Furthermore, cross-validation is used to find the best ML parameters. First, the most appropriate method to scale the data is determined for the SVR (as RFR does not require a scaling of the data). The input data are scaled according to a Gaussian normal-distribution with zero mean value and a variance of one (standard scaler Pedregosa et al., 2011). Moreover, cross-validation is used to assess the most suitable kernel and whether to use additional polynomial features. In this case, the Gaussian kernel and no additional polynomial features result in the highest accuracy. Furthermore, grid-search, i.e., finding a parameter set that results in the highest accuracy, is used to find the best parameter value of the regularization parameter C (cf. Equation 25) and the Gaussian kernel coefficient γ (cf. Equation 32). During grid-search, both parameters are fitted simultaneously. Here, the epsilon-SVR model is used, which is named after the parameter ϵ which can be found in Equation (28) of the Appendix 7.3. This precision parameter defines the distance between data point and target value, which is still considered accurate, and has no negative influence on the overall accuracy (Pedregosa et al., 2011). For the RFR, the cross-validation is used to choose the best number of DTs, the maximum tree depth and the split criterion of a node. A number of 500 DTs gives the best results with respect to a reasonable compromise on the computation time. Each DT is built until all leaves are pure, i.e., each last node corresponds only to a single target value, and the criterion to split a node is the mean absolute error. In Table 1, the optimum parameters of both ML algorithms are summarized. The other parameters, as defined in the scikit-learn library (Pedregosa et al., 2011), are set to their default values. RFR is rather robust with respect to the parameter values. Generally, SVR is more sensitive to parameter tuning. Therefore, its parameters were tuned within a smaller range. Within this range, the SVR parameters are not as sensitive to tuning.

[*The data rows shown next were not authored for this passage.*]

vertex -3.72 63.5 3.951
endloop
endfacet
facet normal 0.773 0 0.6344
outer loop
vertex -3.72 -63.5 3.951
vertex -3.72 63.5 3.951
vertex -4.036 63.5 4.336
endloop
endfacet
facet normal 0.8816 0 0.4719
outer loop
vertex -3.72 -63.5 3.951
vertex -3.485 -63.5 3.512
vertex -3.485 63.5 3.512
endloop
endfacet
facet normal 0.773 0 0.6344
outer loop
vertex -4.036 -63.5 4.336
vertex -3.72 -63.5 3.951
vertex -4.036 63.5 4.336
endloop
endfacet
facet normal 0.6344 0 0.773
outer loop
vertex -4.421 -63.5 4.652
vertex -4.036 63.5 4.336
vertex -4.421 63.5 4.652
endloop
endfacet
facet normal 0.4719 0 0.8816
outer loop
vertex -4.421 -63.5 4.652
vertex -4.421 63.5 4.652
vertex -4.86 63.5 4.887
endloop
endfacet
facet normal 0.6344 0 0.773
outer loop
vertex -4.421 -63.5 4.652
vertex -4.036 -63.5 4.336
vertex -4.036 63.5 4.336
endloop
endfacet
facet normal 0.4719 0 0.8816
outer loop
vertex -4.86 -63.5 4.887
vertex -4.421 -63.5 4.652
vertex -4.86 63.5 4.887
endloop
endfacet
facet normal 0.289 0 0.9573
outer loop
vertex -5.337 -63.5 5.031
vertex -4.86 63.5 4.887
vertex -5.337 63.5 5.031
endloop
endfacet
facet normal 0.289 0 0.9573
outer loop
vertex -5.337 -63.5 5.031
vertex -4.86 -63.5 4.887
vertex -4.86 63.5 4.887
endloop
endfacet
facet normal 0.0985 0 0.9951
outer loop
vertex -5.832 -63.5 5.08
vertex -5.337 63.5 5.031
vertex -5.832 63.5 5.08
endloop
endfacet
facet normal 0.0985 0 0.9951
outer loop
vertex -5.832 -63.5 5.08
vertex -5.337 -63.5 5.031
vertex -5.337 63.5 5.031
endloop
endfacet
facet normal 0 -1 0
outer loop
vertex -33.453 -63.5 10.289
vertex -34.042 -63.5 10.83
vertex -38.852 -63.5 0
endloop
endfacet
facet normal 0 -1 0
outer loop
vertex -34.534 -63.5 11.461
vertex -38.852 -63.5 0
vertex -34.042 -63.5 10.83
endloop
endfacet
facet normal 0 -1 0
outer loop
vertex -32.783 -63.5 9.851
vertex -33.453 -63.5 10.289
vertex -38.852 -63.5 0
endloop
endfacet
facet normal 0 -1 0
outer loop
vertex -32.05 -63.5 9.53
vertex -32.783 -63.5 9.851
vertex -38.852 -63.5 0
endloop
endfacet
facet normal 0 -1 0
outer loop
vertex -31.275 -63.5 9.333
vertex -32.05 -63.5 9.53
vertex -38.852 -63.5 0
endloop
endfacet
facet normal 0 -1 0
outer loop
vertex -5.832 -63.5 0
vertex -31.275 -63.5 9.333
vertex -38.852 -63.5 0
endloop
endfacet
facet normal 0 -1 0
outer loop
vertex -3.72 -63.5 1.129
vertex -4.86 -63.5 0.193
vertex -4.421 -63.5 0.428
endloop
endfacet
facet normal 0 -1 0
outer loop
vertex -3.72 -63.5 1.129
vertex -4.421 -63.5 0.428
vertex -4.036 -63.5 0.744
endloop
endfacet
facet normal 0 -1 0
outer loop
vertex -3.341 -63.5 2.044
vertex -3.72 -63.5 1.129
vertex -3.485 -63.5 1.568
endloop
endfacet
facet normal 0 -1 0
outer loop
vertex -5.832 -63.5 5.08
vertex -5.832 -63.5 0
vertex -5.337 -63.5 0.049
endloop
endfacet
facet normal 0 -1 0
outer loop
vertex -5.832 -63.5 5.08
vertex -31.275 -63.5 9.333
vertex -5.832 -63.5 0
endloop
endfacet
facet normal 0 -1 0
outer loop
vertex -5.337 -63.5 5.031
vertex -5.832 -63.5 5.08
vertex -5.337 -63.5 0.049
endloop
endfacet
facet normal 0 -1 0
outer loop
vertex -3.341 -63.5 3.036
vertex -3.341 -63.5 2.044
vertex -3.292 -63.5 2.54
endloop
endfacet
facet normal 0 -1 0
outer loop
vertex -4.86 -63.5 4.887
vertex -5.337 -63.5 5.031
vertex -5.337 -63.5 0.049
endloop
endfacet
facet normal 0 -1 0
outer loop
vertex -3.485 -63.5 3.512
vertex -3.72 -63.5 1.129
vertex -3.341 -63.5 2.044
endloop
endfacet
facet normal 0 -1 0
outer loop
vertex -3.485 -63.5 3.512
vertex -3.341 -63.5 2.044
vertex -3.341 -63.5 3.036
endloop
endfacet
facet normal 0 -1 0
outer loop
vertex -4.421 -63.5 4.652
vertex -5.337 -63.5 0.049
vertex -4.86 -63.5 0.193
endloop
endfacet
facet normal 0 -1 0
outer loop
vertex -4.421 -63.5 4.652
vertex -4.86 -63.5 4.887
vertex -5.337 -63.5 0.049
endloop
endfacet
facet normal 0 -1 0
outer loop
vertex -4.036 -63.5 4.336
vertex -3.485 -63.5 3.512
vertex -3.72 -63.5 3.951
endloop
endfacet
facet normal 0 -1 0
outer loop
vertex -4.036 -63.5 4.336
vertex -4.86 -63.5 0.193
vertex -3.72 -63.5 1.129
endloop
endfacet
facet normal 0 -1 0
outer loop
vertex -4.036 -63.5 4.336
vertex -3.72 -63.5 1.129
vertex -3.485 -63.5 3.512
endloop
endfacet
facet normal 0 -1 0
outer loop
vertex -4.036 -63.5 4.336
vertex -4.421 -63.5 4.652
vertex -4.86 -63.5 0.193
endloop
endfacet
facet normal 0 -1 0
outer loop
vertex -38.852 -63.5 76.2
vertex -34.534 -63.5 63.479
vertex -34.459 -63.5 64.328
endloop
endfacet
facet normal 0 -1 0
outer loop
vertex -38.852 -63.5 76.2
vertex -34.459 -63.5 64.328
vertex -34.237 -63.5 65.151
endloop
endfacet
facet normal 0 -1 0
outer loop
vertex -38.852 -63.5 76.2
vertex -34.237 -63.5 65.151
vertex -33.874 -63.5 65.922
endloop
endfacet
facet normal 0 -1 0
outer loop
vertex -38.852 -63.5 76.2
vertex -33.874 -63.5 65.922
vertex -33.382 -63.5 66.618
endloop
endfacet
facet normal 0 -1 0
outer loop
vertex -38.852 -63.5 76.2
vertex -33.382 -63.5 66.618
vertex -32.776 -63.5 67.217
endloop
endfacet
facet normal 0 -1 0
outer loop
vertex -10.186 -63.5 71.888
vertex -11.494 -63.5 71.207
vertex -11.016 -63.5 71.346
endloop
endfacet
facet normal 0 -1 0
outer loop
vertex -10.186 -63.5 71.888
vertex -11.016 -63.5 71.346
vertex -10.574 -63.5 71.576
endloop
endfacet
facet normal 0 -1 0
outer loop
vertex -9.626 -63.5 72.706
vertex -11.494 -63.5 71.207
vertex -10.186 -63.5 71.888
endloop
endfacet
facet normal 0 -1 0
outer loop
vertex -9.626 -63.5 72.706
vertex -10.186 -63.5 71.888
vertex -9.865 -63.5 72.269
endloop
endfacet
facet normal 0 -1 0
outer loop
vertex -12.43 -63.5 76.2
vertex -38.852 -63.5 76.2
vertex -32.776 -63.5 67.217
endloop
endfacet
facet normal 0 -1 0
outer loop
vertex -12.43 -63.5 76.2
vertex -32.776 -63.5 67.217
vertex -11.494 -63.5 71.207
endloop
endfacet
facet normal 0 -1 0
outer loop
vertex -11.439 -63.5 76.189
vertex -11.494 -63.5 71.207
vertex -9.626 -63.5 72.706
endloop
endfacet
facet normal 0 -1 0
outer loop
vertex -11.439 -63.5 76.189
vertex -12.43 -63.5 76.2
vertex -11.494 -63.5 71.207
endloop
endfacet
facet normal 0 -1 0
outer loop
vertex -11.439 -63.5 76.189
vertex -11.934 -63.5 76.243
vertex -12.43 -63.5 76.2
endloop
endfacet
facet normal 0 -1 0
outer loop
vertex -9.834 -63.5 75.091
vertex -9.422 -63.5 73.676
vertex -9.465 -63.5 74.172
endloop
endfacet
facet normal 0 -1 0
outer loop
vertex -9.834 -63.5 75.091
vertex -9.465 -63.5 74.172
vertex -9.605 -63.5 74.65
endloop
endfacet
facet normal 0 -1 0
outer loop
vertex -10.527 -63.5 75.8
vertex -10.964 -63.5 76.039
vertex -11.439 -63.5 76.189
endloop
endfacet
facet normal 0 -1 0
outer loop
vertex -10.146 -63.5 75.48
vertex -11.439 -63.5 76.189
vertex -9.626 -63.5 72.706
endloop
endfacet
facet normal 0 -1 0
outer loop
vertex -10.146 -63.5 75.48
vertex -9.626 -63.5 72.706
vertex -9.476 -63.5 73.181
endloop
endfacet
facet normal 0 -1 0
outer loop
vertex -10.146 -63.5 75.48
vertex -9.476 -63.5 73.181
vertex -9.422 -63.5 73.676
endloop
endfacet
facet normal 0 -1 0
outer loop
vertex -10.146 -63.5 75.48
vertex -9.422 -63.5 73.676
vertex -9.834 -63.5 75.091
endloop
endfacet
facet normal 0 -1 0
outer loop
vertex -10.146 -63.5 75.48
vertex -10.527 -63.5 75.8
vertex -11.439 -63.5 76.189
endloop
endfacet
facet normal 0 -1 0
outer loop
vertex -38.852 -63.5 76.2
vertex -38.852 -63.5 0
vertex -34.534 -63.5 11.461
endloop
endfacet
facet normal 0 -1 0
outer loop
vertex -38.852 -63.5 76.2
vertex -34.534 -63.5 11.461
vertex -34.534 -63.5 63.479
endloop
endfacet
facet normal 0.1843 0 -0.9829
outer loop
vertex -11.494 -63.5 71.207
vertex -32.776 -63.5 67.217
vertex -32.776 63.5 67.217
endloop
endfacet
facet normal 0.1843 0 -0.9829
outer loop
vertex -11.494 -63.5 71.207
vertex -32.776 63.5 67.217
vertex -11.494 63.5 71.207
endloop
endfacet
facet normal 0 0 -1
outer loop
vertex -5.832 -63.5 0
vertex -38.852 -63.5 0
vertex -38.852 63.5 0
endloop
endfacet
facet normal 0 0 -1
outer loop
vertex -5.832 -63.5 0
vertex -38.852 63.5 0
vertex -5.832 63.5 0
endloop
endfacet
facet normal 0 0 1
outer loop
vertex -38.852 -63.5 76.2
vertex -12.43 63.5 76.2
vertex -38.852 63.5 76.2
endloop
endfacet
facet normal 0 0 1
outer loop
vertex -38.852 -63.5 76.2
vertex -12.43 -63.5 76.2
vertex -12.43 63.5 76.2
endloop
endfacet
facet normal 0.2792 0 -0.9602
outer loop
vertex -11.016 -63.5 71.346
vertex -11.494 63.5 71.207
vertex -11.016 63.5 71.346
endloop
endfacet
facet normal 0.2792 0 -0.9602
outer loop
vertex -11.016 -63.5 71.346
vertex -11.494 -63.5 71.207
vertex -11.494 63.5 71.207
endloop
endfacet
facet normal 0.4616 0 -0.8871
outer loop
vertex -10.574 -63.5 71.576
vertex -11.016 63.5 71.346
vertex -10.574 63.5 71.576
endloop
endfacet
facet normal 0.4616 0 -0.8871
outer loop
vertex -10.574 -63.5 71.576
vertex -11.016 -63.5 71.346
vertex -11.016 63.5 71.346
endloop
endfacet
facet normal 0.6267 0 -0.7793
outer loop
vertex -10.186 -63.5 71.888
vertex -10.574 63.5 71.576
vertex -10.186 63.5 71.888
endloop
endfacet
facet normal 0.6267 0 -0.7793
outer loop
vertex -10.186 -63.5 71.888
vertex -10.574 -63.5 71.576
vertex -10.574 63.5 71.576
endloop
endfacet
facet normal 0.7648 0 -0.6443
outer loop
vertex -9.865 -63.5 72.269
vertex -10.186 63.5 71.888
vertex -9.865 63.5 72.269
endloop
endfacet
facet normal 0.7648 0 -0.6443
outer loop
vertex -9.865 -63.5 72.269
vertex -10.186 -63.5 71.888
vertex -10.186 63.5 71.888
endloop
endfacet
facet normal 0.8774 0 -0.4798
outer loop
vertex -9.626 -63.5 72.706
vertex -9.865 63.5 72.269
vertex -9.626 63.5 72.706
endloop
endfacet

For example, changing the values for the parameters C and γ from their optimized values (based on the Grid-Search method) by 10% changes the training score by about 0.02% and the test score by around 0.04%. With the described data set and the fitted ML parameters, the two algorithms are trained. The results of the training processes are given in the next section 4.3.

TABLE 1

Table 1. ML parameters used for SVR and RFR (scikit-learn library, cf. Pedregosa et al., 2011); Other parameters are default values.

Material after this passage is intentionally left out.